‘Carnival Row’ is Television Word Vomit

‘Carnival Row’ is the television equivalent of word vomit. The intention is there, but the product is hasty, jumbled, and confusing.

Amazon

The first note I wrote down while watching Carnival Row was, “Who is this show for?” Eight hours later, I do not have an answer, unless that answer is “probably no one.” Yes, it’s admirable to try to make fantasy creatures roam around a Victorian England-looking city (they don’t fit), or to set off into the great unknown of non-existent intellectual property (it actually makes you realize the many benefits of IP). But ultimately, admirability is no substitute for watchability, and Amazon’s newest fantasy series ignores genre convention to an illogical end. Carnival Row is the television equivalent of word vomit. The intention is there, but the product is hasty, jumbled, and confusing. 

The vitally important world-building facet of fantasy seems rather recklessly performed here, making the foundation of this show feel more bullet-pointed than dossier-ed. Rather than being steeped in its own mythology, Carnival Row exists through flimsy tidbits that come from and go nowhere, and casual references to larger cultural artifacts. (My favorite example of which is the cursory mention of a “Saint Titania” among the fae folk. Plus one point for everyone who paid attention during freshman English!) We don’t feel as though we’ve been immersed into a world that’s been established for thousands of years. Being in Carnival Row is like being dropped into a production meeting halfway. (And don’t let its Wiki page fool you – very little of what’s detailed on that website is in the actual show.)

In order to understand the indecision mire in which Carnival Row has caught itself, one need only look to its main character. Only his name, in fact: Rycroft Philostrate. Okay so his name is a supremely goofy fantasy name, but we’re in this world and that’s not the issue. The issue comes from the fact that he goes by the nickname “Philo.” So. Of aaall the potential nicknames that are derivative of his full name, the powers that be skipped over the one-syllable ones like Ry, Croft, Strate, or even Lo, and they went with the only situation in which his nickname has as many syllables as his actual name and is actually longer than any other nickname option. Oh, and when it’s shortened, Philo is pronounced with a long “I” vowel sound. When in its full iteration, it has a short “I” sound.

Yes. The nickname is pronounced differently than the word from which it derives.

But here’s the main point: Why does he have a nickname at all? Writers, if you wanted him to be called Philo with a long I, then for the love of Saint Titania why didn’t you just name him that? 

The meandering logic that it took to name its main character can be applied it to nearly every decision made in the creation of Carnival Row. The source of the idea for any given plot point or narrative arc may have been created with some intent, but the execution is often so stodgy and full of holes that what we get are more questions than answers. 
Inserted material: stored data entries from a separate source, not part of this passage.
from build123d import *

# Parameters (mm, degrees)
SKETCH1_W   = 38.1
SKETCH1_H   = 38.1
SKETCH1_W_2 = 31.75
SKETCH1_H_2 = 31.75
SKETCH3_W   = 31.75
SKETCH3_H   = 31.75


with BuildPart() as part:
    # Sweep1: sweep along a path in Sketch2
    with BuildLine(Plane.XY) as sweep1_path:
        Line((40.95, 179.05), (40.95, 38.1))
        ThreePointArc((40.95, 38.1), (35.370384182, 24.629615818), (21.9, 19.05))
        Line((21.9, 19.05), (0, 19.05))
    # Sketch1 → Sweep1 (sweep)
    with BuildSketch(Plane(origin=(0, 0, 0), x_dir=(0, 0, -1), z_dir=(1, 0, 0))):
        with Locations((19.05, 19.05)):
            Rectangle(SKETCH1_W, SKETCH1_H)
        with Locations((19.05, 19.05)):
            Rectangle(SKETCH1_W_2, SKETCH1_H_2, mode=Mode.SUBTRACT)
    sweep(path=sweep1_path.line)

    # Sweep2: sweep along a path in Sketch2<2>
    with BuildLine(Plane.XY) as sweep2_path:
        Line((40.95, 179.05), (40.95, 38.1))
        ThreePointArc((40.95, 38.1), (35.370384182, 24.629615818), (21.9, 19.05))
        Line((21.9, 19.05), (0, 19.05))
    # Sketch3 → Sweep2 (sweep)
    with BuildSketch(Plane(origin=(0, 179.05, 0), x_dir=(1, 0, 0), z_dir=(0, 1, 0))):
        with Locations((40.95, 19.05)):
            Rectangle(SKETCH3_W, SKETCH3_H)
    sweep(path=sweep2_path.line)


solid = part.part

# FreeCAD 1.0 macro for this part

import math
import FreeCAD as App
import Part
import Sketcher

V = App.Vector
Q = App.Units.Quantity


def add_polygon(sketch, points):
    """Adds a closed chain of lines whose ends are joined by coincident constraints."""
    first, n = sketch.GeometryCount, len(points)
    for a, b in zip(points, points[1:] + points[:1]):
        sketch.addGeometry(Part.LineSegment(App.Vector(*a, 0), App.Vector(*b, 0)), False)
    for i in range(n):
        sketch.addConstraint(Sketcher.Constraint("Coincident", first + i, 2, first + (i + 1) % n, 1))

doc = App.newDocument("Part")
body = doc.addObject("PartDesign::Body", "Body")

# Sketch on YZ plane
sketch1 = body.newObject("Sketcher::SketchObject", "Sketch")
sketch1.AttachmentSupport = (doc.getObject("YZ_Plane"), [""])
sketch1.MapMode = "FlatFace"
add_polygon(sketch1, [(38, 0), (0, 0), (0, -38), (38, -38)])  # lines 0-3
add_polygon(sketch1, [(3, -35), (3, -3), (35, -3), (35, -35)])  # lines 4-7
sketch1.addConstraint(Sketcher.Constraint("Horizontal", 0))
sketch1.addConstraint(Sketcher.Constraint("Vertical", 1))
sketch1.addConstraint(Sketcher.Constraint("Horizontal", 2))
sketch1.addConstraint(Sketcher.Constraint("Vertical", 3))
sketch1.addConstraint(Sketcher.Constraint("Vertical", 4))
sketch1.addConstraint(Sketcher.Constraint("Horizontal", 5))
sketch1.addConstraint(Sketcher.Constraint("Vertical", 6))
sketch1.addConstraint(Sketcher.Constraint("Horizontal", 7))
sketch1.addConstraint(Sketcher.Constraint("Coincident", 0, 2, -1, 1))
sketch1.addConstraint(Sketcher.Constraint("Equal", 2, 1))
sketch1.addConstraint(Sketcher.Constraint("Equal", 7, 4))
sketch1.addConstraint(Sketcher.Constraint("DistanceX", 0, 2, 0, 1, Q("1.5 in")))
sketch1.addConstraint(Sketcher.Constraint("DistanceX", 5, 1, 5, 2, Q("1.25 in")))
sketch1.addConstraint(Sketcher.Constraint("DistanceX", -1, 1, 4, 2, Q("0.125 in")))
sketch1.addConstraint(Sketcher.Constraint("DistanceY", 4, 2, -1, 1, Q("0.125 in")))

# Sketch on XY plane
sketch2 = body.newObject("Sketcher::SketchObject", "Sketch001")
sketch2.AttachmentSupport = (doc.getObject("XY_Plane"), [""])
sketch2.MapMode = "FlatFace"
sketch2.addGeometry(Part.LineSegment(V(41, 179, 0), V(41, 38, 0)), False)
sketch2.addGeometry(Part.ArcOfCircle(Part.Circle(V(22, 38, 0), V(0, 0, 1), 19), math.radians(-90), math.radians(0)), False)
sketch2.addGeometry(Part.LineSegment(V(22, 19, 0), V(0, 19, 0)), False)
sketch2.addConstraint(Sketcher.Constraint("Tangent", 0, 2, 1, 2))
sketch2.addConstraint(Sketcher.Constraint("Tangent", 1, 1, 2, 1))
sketch2.addConstraint(Sketcher.Constraint("Vertical", 0))
sketch2.addConstraint(Sketcher.Constraint("Horizontal", 2))
sketch2.addConstraint(Sketcher.Constraint("PointOnObject", 2, 2, -2))
sketch2.addConstraint(Sketcher.Constraint("Radius", 1, Q("0.75 in")))
sketch2.addConstraint(Sketcher.Constraint("DistanceY", -1, 1, 1, 3, Q("1.5 in")))
sketch2.addConstraint(Sketcher.Constraint("DistanceX", 2, 2, 2, 1, Q("21.9 mm")))
sketch2.addConstraint(Sketcher.Constraint("DistanceY", 0, 2, 0, 1, Q("140.95 mm")))
doc.recompute()

additivepipe = body.newObject("PartDesign::AdditivePipe", "AdditivePipe")
additivepipe.Profile = sketch1
additivepipe.Spine = (sketch2, ["Edge1", "Edge2", "Edge3"])

# Sketch on XZ plane
sketch3 = body.newObject("Sketcher::SketchObject", "Sketch002")
sketch3.AttachmentSupport = (doc.getObject("XZ_Plane"), [""])
sketch3.MapMode = "FlatFace"
sketch3.AttachmentOffset = App.Placement(V(0, 0, -179.05), App.Rotation())
add_polygon(sketch3, [(25, -35), (25, -3), (57, -3), (57, -35)])  # lines 0-3
sketch3.addConstraint(Sketcher.Constraint("Vertical", 0))
sketch3.addConstraint(Sketcher.Constraint("Horizontal", 1))
sketch3.addConstraint(Sketcher.Constraint("Vertical", 2))
sketch3.addConstraint(Sketcher.Constraint("Horizontal", 3))
sketch3.addConstraint(Sketcher.Constraint("Equal", 3, 0))
sketch3.addConstraint(Sketcher.Constraint("DistanceX", 1, 1, 1, 2, Q("1.25 in")))
sketch3.addConstraint(Sketcher.Constraint("DistanceY", 0, 2, -1, 1, Q("0.125 in")))
sketch3.addConstraint(Sketcher.Constraint("DistanceX", -1, 1, 0, 2, Q("25.075 mm")))

# Sketch on XY plane
sketch4 = body.newObject("Sketcher::SketchObject", "Sketch003")
sketch4.AttachmentSupport = (doc.getObject("XY_Plane"), [""])
sketch4.MapMode = "FlatFace"
sketch4.addGeometry(Part.LineSegment(V(41, 179, 0), V(41, 38, 0)), False)
sketch4.addGeometry(Part.ArcOfCircle(Part.Circle(V(22, 38, 0), V(0, 0, 1), 19), math.radians(-90), math.radians(0)), False)
sketch4.addGeometry(Part.LineSegment(V(22, 19, 0), V(0, 19, 0)), False)
sketch4.addConstraint(Sketcher.Constraint("Tangent", 0, 2, 1, 2))
sketch4.addConstraint(Sketcher.Constraint("Tangent", 1, 1, 2, 1))
sketch4.addConstraint(Sketcher.Constraint("Vertical", 0))
sketch4.addConstraint(Sketcher.Constraint("Horizontal", 2))
sketch4.addConstraint(Sketcher.Constraint("PointOnObject", 2, 2, -2))
sketch4.addConstraint(Sketcher.Constraint("Radius", 1, Q("0.75 in")))
sketch4.addConstraint(Sketcher.Constraint("DistanceY", -1, 1, 1, 3, Q("1.5 in")))
sketch4.addConstraint(Sketcher.Constraint("DistanceX", 2, 2, 2, 1, Q("21.9 mm")))
sketch4.addConstraint(Sketcher.Constraint("DistanceY", 0, 2, 0, 1, Q("140.95 mm")))
doc.recompute()

additivepipe2 = body.newObject("PartDesign::AdditivePipe", "AdditivePipe001")
additivepipe2.Profile = sketch3
additivepipe2.Spine = (sketch4, ["Edge1", "Edge2", "Edge3"])

doc.recompute()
The sense you get is not one of laziness, to be fair (in fact the opposite could be true, to a fault), but of a lack of confidence. Almost beset with the responsibility of being new in an ever-expanding world of IP, Carnival Row frequently veers into the insecure. At nearly every turn it second guesses the strength of what it’s created. Storylines are picked up, briefly considered, then discarded more often than they’re followed-through. With the exception of a couple of decent outliers, the objectives of characters are never fully-formed or connected to one another. They’re just free-floating through any given plot, not tied to each other or to their physical space (not literally, obviously, since many of these characters can fly), and ultimately accomplishing very little.

This indecision appears to have something of a trickle-down effect from its bullet-pointed beginnings. Every character, with all their dialogue, action, and backstory, and every plot that extends from them, and every subplot that extends from there, is like a nail in shitty drywall. They hammer in one idea and what’s created are cracks, which create more cracks, nail after nail, and so on, until the structure inevitably begins to crumble. 
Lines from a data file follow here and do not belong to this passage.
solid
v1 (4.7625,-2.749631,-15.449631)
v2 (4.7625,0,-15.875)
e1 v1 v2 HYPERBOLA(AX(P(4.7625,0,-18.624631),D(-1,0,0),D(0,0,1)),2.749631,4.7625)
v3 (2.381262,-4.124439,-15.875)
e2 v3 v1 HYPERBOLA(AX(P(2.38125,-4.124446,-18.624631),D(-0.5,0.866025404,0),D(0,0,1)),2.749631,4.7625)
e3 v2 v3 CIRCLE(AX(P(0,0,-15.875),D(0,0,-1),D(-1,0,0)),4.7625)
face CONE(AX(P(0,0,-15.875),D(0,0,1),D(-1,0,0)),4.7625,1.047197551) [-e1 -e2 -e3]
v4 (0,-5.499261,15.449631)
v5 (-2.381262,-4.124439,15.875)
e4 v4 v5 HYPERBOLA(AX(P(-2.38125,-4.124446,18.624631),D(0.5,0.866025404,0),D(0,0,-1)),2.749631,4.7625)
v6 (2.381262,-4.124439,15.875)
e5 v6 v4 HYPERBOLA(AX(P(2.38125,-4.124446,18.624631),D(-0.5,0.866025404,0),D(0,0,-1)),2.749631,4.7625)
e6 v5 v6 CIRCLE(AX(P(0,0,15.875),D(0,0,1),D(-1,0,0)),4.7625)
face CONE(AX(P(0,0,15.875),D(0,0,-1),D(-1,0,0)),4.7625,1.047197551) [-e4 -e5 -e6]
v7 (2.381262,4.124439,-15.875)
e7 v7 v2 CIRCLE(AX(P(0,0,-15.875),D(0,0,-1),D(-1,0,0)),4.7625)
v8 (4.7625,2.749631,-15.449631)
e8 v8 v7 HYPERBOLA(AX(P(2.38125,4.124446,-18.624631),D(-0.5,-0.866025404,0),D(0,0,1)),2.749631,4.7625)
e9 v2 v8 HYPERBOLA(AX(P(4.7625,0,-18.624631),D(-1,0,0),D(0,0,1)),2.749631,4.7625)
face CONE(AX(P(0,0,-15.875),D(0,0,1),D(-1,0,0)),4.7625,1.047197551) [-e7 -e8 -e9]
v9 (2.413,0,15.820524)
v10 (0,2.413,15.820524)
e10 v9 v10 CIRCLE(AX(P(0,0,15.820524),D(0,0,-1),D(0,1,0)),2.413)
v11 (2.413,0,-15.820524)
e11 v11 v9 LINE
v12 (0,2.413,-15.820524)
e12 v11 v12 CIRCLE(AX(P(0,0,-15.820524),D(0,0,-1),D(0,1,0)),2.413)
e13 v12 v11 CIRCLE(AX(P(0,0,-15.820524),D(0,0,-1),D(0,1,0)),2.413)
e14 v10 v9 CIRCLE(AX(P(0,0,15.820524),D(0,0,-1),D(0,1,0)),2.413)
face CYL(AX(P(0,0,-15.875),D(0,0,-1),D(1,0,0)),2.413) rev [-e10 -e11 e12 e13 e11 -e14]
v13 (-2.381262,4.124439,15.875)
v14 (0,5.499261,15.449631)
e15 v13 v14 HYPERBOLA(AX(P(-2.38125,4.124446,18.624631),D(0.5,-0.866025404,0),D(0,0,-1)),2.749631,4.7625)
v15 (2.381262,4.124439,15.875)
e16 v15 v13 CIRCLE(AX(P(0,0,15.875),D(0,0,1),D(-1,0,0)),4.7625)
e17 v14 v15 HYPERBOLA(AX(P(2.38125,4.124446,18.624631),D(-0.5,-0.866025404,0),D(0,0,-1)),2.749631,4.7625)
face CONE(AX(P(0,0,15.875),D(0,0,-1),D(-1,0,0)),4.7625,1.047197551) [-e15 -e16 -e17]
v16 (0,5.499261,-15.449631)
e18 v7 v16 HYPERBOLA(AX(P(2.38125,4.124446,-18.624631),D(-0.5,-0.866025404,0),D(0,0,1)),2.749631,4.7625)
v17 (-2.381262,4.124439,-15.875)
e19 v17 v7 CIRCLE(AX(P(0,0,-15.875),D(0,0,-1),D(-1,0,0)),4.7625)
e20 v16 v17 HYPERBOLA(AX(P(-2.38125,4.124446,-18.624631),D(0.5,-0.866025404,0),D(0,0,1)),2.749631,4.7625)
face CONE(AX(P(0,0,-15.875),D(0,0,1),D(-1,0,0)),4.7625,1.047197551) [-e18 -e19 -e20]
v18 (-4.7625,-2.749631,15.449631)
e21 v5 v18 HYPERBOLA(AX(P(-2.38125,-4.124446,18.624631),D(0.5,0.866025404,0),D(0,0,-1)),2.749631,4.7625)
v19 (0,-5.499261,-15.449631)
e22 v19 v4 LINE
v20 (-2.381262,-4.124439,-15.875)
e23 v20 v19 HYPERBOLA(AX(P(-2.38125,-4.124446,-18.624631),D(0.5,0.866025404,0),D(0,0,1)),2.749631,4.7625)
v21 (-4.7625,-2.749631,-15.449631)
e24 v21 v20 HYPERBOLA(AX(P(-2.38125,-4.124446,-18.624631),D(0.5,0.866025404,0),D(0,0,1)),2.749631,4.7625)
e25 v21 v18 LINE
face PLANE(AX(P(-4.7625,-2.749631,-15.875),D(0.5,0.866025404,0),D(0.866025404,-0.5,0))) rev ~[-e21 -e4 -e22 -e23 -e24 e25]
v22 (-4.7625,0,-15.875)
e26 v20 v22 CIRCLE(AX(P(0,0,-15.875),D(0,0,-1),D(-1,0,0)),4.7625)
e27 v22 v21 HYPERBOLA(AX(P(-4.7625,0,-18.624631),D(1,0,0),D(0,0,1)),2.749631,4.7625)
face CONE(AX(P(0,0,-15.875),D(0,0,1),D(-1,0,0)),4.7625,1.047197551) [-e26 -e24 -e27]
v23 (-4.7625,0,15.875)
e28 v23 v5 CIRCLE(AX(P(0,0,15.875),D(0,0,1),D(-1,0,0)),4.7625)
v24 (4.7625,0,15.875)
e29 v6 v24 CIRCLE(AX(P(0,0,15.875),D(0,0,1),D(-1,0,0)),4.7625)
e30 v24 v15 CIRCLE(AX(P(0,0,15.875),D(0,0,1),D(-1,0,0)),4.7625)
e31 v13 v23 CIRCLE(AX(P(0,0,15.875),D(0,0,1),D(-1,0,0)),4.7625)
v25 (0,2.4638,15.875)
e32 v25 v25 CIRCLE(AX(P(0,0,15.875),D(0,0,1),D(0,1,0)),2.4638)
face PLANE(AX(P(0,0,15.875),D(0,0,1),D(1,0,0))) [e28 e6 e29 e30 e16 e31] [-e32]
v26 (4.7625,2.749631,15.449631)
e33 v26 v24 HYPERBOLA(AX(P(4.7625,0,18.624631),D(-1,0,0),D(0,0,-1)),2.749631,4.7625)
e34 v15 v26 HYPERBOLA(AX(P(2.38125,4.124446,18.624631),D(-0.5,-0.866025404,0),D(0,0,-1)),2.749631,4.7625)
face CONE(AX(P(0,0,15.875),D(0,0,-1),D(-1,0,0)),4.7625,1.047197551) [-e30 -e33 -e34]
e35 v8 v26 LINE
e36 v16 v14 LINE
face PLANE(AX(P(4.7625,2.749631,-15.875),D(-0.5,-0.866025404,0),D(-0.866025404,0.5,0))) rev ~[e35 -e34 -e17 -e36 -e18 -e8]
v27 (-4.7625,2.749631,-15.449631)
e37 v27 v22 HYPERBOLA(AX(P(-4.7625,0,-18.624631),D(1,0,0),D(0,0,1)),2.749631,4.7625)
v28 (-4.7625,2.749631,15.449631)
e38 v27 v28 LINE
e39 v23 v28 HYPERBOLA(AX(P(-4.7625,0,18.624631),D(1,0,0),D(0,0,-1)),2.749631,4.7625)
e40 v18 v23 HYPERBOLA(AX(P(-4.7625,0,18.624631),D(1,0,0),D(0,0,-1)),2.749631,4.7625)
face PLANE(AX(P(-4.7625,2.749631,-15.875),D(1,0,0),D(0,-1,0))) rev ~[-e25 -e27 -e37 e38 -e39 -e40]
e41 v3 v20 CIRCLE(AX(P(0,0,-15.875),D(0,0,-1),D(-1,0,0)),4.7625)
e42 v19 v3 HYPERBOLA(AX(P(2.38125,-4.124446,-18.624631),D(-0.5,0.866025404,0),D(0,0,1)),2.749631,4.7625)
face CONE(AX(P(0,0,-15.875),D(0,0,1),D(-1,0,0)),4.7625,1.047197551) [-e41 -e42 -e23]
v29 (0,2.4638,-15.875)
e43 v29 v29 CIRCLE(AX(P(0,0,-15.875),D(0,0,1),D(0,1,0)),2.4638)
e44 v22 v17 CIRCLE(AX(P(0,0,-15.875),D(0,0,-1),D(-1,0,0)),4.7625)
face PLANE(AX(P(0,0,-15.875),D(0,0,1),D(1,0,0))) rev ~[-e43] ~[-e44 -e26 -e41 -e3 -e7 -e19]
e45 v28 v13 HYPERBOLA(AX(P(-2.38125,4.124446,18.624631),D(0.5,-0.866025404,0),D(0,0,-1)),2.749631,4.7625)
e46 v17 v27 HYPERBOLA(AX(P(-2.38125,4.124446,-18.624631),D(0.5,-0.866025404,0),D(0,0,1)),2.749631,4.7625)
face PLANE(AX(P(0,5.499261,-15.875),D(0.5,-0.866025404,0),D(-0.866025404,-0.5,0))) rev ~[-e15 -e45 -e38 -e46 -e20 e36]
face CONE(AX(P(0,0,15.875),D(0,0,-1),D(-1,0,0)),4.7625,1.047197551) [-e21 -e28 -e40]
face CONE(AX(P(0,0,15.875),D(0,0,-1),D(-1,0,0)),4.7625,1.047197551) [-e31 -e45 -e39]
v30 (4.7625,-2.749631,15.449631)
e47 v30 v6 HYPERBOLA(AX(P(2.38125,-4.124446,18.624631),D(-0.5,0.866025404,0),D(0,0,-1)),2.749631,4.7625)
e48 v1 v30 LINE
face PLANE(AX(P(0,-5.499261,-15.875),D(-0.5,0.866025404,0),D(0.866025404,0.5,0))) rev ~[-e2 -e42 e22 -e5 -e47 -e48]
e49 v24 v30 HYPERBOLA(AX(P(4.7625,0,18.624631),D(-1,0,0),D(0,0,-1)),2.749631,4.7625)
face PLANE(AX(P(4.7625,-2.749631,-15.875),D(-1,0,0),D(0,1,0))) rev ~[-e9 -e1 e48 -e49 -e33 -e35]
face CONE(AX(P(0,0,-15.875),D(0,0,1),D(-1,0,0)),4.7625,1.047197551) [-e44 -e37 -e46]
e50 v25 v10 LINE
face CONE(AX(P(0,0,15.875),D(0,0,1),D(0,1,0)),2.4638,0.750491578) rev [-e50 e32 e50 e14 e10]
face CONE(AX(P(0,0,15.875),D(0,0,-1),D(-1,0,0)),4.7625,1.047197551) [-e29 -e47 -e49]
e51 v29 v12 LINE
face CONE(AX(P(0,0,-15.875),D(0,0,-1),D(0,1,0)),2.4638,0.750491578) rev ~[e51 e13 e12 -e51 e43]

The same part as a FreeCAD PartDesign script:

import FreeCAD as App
import Part
import Sketcher
from FreeCAD import Vector
Q = App.Units.Quantity


def faces_at(feature, points):
    """Names of the faces that lie closest to the given points."""
    faces = feature.Shape.Faces
    near = lambda p: min(range(len(faces)), key=lambda i: faces[i].distToShape(Part.Vertex(*p))[0])
    return sorted({f"Face{near(p) + 1}" for p in points})

doc = App.newDocument("Part")
params = doc.addObject("Spreadsheet::Sheet", "Params")
for row, (alias, value) in enumerate([
    ("sketch1_diameter", "0.19 in"),
    ("pad1_length", "0.625 in"),
    ("pad1_length2", "0.625 in"),
    ("sketch2_width", "0.097 in"),
    ("groove_angle", "360 deg"),
    ("sketch3_diameter", "0.375 in"),
    ("pad2_length", "33.572777 mm"),
    ("draft_angle", "60 deg"),
    ("sketch4_diameter", "0.375 in"),
    ("pad3_length", "33.572777 mm"),
    ("draft2_angle", "60 deg"),
], start=1):
    params.set(f"A{row}", alias)
    params.set(f"B{row}", "=" + value)
    params.setAlias(f"B{row}", alias)

body = doc.addObject("PartDesign::Body", "Body")

# Sketch on XY plane
sketch1 = doc.addObject("Sketcher::SketchObject", "Sketch")
body.addObject(sketch1)
sketch1.AttachmentSupport = (doc.XY_Plane, [""])
sketch1.MapMode = "FlatFace"
sketch1.addGeometry([
    Part.LineSegment(Vector(0, 5.5, 0), Vector(-4.8, 2.7, 0)),  # 0
    Part.LineSegment(Vector(-4.8, 2.7, 0), Vector(-4.8, -2.7, 0)),  # 1
    Part.LineSegment(Vector(-4.8, -2.7, 0), Vector(0, -5.5, 0)),  # 2
    Part.LineSegment(Vector(0, -5.5, 0), Vector(4.8, -2.7, 0)),  # 3
    Part.LineSegment(Vector(4.8, -2.7, 0), Vector(4.8, 2.7, 0)),  # 4
    Part.LineSegment(Vector(4.8, 2.7, 0), Vector(0, 5.5, 0)),  # 5
    Part.Circle(Vector(0, 0, 0), Vector(0, 0, 1), 2.4),  # 6
], False)
sketch1.addConstraint([
    Sketcher.Constraint("Coincident", 0, 2, 1, 1),
    Sketcher.Constraint("Coincident", 1, 2, 2, 1),
    Sketcher.Constraint("Coincident", 2, 2, 3, 1),
    Sketcher.Constraint("Coincident", 3, 2, 4, 1),
    Sketcher.Constraint("Coincident", 4, 2, 5, 1),
    Sketcher.Constraint("Coincident", 5, 2, 0, 1),
    Sketcher.Constraint("Vertical", 1),
    Sketcher.Constraint("Vertical", 4),
    Sketcher.Constraint("Coincident", 6, 3, -1, 1),
    Sketcher.Constraint("Symmetric", 0, 2, 3, 2, -1, 1),
    Sketcher.Constraint("Symmetric", 2, 2, 5, 2, -1, 1),
    Sketcher.Constraint("PointOnObject", 2, 2, -2),
    Sketcher.Constraint("Parallel", 2, 5),
    Sketcher.Constraint("Horizontal", 1, 2, 3, 2),
    Sketcher.Constraint("Diameter", 6, Q("0.19 in")),
    Sketcher.Constraint("Angle", 0, Q("-150 deg")),
    Sketcher.Constraint("DistanceX", 0, 2, -1, 1, Q("0.1875 in")),
    Sketcher.Constraint("DistanceY", 1, 2, 1, 1, Q("5.499261 mm")),
])
sketch1.setExpression("Constraints[14]", "Params.sketch1_diameter")
pad1 = doc.addObject("PartDesign::Pad", "Pad")
body.addObject(pad1)
pad1.Profile = sketch1
pad1.Type = "TwoLengths"
pad1.setExpression("Length", "Params.pad1_length")
pad1.setExpression("Length2", "Params.pad1_length2")

# Sketch on YZ plane
sketch2 = doc.addObject("Sketcher::SketchObject", "Sketch001")
body.addObject(sketch2)
sketch2.AttachmentSupport = (doc.YZ_Plane, [""])
sketch2.MapMode = "FlatFace"
sketch2.addGeometry([
    Part.LineSegment(Vector(0, -15.9, 0), Vector(2.5, -15.9, 0)),
    Part.LineSegment(Vector(2.5, -15.9, 0), Vector(0, -13.2, 0)),
    Part.LineSegment(Vector(0, -13.2, 0), Vector(0, -15.9, 0)),
], False)
sketch2.addConstraint([
    Sketcher.Constraint("Coincident", 0, 2, 1, 1),
    Sketcher.Constraint("Coincident", 1, 2, 2, 1),
    Sketcher.Constraint("Coincident", 2, 2, 0, 1),
    Sketcher.Constraint("Horizontal", 0),
    Sketcher.Constraint("Vertical", 2),
    Sketcher.Constraint("PointOnObject", 1, 2, -2),
    Sketcher.Constraint("Angle", 1, Q("133 deg")),
    Sketcher.Constraint("DistanceX", 0, 1, 0, 2, Q("0.097 in")),
    Sketcher.Constraint("DistanceY", 0, 2, -1, 1, Q("0.625 in")),
])
sketch2.setExpression("Constraints[7]", "Params.sketch2_width")
groove = doc.addObject("PartDesign::Groove", "Groove")
body.addObject(groove)
groove.Profile = sketch2
groove.ReferenceAxis = (sketch2, ["V_Axis"])
groove.setExpression("Angle", "Params.groove_angle")
body2 = doc.addObject("PartDesign::Body", "Body001")

# Sketch on XY plane
sketch3 = doc.addObject("Sketcher::SketchObject", "Sketch002")
body2.addObject(sketch3)
sketch3.AttachmentSupport = (doc.getObject("XY_Plane001"), [""])
sketch3.MapMode = "FlatFace"
sketch3.AttachmentOffset = App.Placement(Vector(0, 0, -0.625 * 25.4), App.Rotation())
sketch3.addGeometry([
    Part.LineSegment(Vector(67.4, 68.1, 0), Vector(67.4, -68.1, 0)),  # 0
    Part.LineSegment(Vector(67.4, -68.1, 0), Vector(-67.4, -68.1, 0)),  # 1
    Part.LineSegment(Vector(-67.4, -68.1, 0), Vector(-67.4, 68.1, 0)),  # 2
    Part.LineSegment(Vector(-67.4, 68.1, 0), Vector(67.4, 68.1, 0)),  # 3
    Part.Circle(Vector(0, 0, 0), Vector(0, 0, 1), 4.8),  # 4
], False)
sketch3.addConstraint([
    Sketcher.Constraint("Coincident", 0, 2, 1, 1),
    Sketcher.Constraint("Coincident", 1, 2, 2, 1),
    Sketcher.Constraint("Coincident", 2, 2, 3, 1),
    Sketcher.Constraint("Coincident", 3, 2, 0, 1),
    Sketcher.Constraint("Vertical", 0),
    Sketcher.Constraint("Horizontal", 1),
    Sketcher.Constraint("Vertical", 2),
    Sketcher.Constraint("Horizontal", 3),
Not helping Carnival Row’s infrastructure is its odd reliance on politics. The most tepid of the three major plots involves characters who work in a system of government so on-high that it rarely interacts with the other plotlines in a meaningful way. Perhaps this was purposeful, used to show how disconnected the policymakers are from real life, but every scene and every character in this plotline ends up reading as just disconnected.  

Worse yet is the show’s penchant for bait-y political commentary. It sets out to address all manner of sociopolitical issues, and it mostly does, as curtly as a fairy godmother waiving her wand. A handful of gay characters show up in bit parts, and in short order two of them are dead. Faeries, pucks, and other species have been forced to flee their countries of origin due to war, so the topic of immigration plays a substantial and fruitless role in the show. Racism also rears its head due to the city’s new inhabitants.

When I say “racism,” I should specify that the racism in the show’s world is not referring to skin color. The fact that there are several species other than humans in this world creates many points of contention among many characters, which results in an ideology resembling racism. One major plot in particular plays the race relations card in the most predictable way imaginable, in which a female woman (who happens to be white) and a male puck (who happens to be black) become romantically entwined. That this is the most effective plot of the entire series is both a wonder and a disappointment. (For the record, the wonder comes from Tamzin Merchant as Imogen Spurnrose, whose deft performance steals the whole show right out from under its glitzy leads. Merchant makes clear, defined choices that allow for her character to show depth rather than drastic changes in heart. She’s not given much, to be sure, and that material would have doomed a lesser actor.) 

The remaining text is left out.